# iPod/iPhone Remote... in Reverse?



## toygasm4u (Mar 22, 2009)

I have been using Apple's Remote app for some time now, and for the most part, I love it.  Very handy.  

I have a laptop only though, so to use it, I have to hook my laptop up to the receiver.  This works fine.  My alternates are to host my laptop's library on the Xbox 360.  This works too, but the interface lacks pizazz.  Either way sounds fine.  My third working option right now also involves just plugging a hard drive into my 360.  
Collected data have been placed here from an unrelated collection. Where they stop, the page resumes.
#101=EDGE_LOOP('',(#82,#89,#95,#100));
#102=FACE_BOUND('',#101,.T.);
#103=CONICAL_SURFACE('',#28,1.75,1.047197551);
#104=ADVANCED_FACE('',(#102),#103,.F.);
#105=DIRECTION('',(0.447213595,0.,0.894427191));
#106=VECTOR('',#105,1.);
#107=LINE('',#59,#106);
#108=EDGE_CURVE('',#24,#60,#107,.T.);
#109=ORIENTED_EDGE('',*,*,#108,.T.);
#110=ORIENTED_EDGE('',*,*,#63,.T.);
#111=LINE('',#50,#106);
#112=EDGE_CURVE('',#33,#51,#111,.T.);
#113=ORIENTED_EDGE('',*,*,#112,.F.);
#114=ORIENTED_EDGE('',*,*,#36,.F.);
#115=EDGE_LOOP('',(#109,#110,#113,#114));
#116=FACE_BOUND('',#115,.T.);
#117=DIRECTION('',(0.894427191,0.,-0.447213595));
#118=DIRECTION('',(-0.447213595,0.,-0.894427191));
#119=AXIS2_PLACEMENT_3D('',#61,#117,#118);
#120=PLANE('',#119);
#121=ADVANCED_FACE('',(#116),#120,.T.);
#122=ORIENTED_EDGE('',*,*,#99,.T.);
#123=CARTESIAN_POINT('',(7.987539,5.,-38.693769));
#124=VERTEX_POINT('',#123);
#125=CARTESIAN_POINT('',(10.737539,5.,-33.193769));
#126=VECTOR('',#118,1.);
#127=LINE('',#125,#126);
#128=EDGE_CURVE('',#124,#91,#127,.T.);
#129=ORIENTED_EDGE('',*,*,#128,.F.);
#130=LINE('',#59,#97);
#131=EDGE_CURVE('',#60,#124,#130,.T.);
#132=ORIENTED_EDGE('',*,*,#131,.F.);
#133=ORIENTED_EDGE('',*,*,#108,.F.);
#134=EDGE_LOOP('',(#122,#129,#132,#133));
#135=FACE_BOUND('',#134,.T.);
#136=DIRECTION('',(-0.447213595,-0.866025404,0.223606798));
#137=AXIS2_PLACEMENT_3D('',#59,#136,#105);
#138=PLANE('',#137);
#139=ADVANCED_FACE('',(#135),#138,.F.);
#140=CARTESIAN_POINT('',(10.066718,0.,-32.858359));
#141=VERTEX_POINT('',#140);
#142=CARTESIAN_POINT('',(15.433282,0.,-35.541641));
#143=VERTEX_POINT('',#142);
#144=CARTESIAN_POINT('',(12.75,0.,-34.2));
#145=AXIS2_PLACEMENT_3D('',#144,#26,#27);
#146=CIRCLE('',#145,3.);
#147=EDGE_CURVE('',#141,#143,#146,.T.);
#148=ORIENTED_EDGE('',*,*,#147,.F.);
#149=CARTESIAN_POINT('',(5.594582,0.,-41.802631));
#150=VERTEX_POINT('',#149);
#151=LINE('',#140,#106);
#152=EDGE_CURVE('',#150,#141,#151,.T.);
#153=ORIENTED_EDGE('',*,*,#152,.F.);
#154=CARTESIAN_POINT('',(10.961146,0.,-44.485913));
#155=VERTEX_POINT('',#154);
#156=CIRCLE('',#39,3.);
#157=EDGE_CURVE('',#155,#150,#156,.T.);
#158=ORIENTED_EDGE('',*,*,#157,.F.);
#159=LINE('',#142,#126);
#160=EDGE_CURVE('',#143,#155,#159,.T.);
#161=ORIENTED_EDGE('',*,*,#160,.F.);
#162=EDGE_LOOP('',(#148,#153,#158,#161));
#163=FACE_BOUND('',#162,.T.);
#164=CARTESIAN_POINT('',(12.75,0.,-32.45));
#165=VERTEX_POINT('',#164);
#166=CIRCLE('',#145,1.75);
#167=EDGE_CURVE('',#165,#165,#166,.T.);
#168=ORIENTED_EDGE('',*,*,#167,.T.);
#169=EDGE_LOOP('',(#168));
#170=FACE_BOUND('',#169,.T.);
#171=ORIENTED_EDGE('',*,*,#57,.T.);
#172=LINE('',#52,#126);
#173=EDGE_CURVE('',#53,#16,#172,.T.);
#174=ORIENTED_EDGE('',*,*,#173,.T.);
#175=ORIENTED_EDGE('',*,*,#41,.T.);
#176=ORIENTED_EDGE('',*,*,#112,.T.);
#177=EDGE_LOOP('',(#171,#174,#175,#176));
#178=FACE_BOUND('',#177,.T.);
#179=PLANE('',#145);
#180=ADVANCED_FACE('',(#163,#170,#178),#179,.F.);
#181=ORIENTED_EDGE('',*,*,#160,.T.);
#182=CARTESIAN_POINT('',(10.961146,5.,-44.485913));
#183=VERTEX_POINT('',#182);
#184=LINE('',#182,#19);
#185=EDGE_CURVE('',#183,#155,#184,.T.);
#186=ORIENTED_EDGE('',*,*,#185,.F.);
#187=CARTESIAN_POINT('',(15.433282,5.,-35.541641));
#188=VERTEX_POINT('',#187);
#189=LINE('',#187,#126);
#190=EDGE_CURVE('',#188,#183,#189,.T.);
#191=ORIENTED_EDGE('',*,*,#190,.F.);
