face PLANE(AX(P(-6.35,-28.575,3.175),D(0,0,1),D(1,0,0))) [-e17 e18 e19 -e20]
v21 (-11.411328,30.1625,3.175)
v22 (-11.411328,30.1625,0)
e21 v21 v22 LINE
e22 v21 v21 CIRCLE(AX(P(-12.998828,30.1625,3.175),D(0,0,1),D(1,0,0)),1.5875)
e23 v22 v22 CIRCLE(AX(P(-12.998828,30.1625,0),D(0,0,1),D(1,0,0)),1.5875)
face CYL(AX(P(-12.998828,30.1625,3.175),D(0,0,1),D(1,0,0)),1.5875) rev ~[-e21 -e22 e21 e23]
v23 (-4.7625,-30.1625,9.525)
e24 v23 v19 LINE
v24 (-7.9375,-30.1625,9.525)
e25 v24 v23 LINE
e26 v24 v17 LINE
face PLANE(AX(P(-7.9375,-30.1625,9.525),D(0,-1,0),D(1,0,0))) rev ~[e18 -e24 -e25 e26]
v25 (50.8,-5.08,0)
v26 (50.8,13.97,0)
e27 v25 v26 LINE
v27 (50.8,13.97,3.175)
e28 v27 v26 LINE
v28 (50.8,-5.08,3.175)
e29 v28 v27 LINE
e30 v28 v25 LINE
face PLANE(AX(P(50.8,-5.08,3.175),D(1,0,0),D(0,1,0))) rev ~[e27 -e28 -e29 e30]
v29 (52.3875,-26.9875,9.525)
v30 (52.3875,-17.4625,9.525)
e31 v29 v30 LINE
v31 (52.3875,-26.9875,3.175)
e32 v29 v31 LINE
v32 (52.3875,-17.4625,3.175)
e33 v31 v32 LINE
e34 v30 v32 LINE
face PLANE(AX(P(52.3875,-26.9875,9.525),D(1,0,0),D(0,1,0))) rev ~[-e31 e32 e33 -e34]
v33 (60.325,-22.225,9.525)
What about the opposite of remote though?  Hook my iPod Touch up to my receiver, and control it from my laptop?  So remote in reverse.  Anybody done that?  Maybe hacked the remote app?  I know nothing about it, buy I have to believe that this isn't a one way street.


----------



## dougmcarthur (Jan 3, 2011)

The easiest way I've found to do what you're asking is to enable Veency on your iPod Touch/iPhone/iPad and then use a VNC client to log in and virtually control the device from any computer connected to the same network (over wi-fi). Unfortunately this requires a jailbroken device, so if you're not interested in jailbreaking, I don't know of another solution.

http://www.iphonehacks.com/2008/10/iphone-veency.html


----------



## adv12 (May 22, 2011)

Try Reverse Remote:

http://itunes.apple.com/us/app/reverse-remote/id438057551?mt=8&ls=1#


----------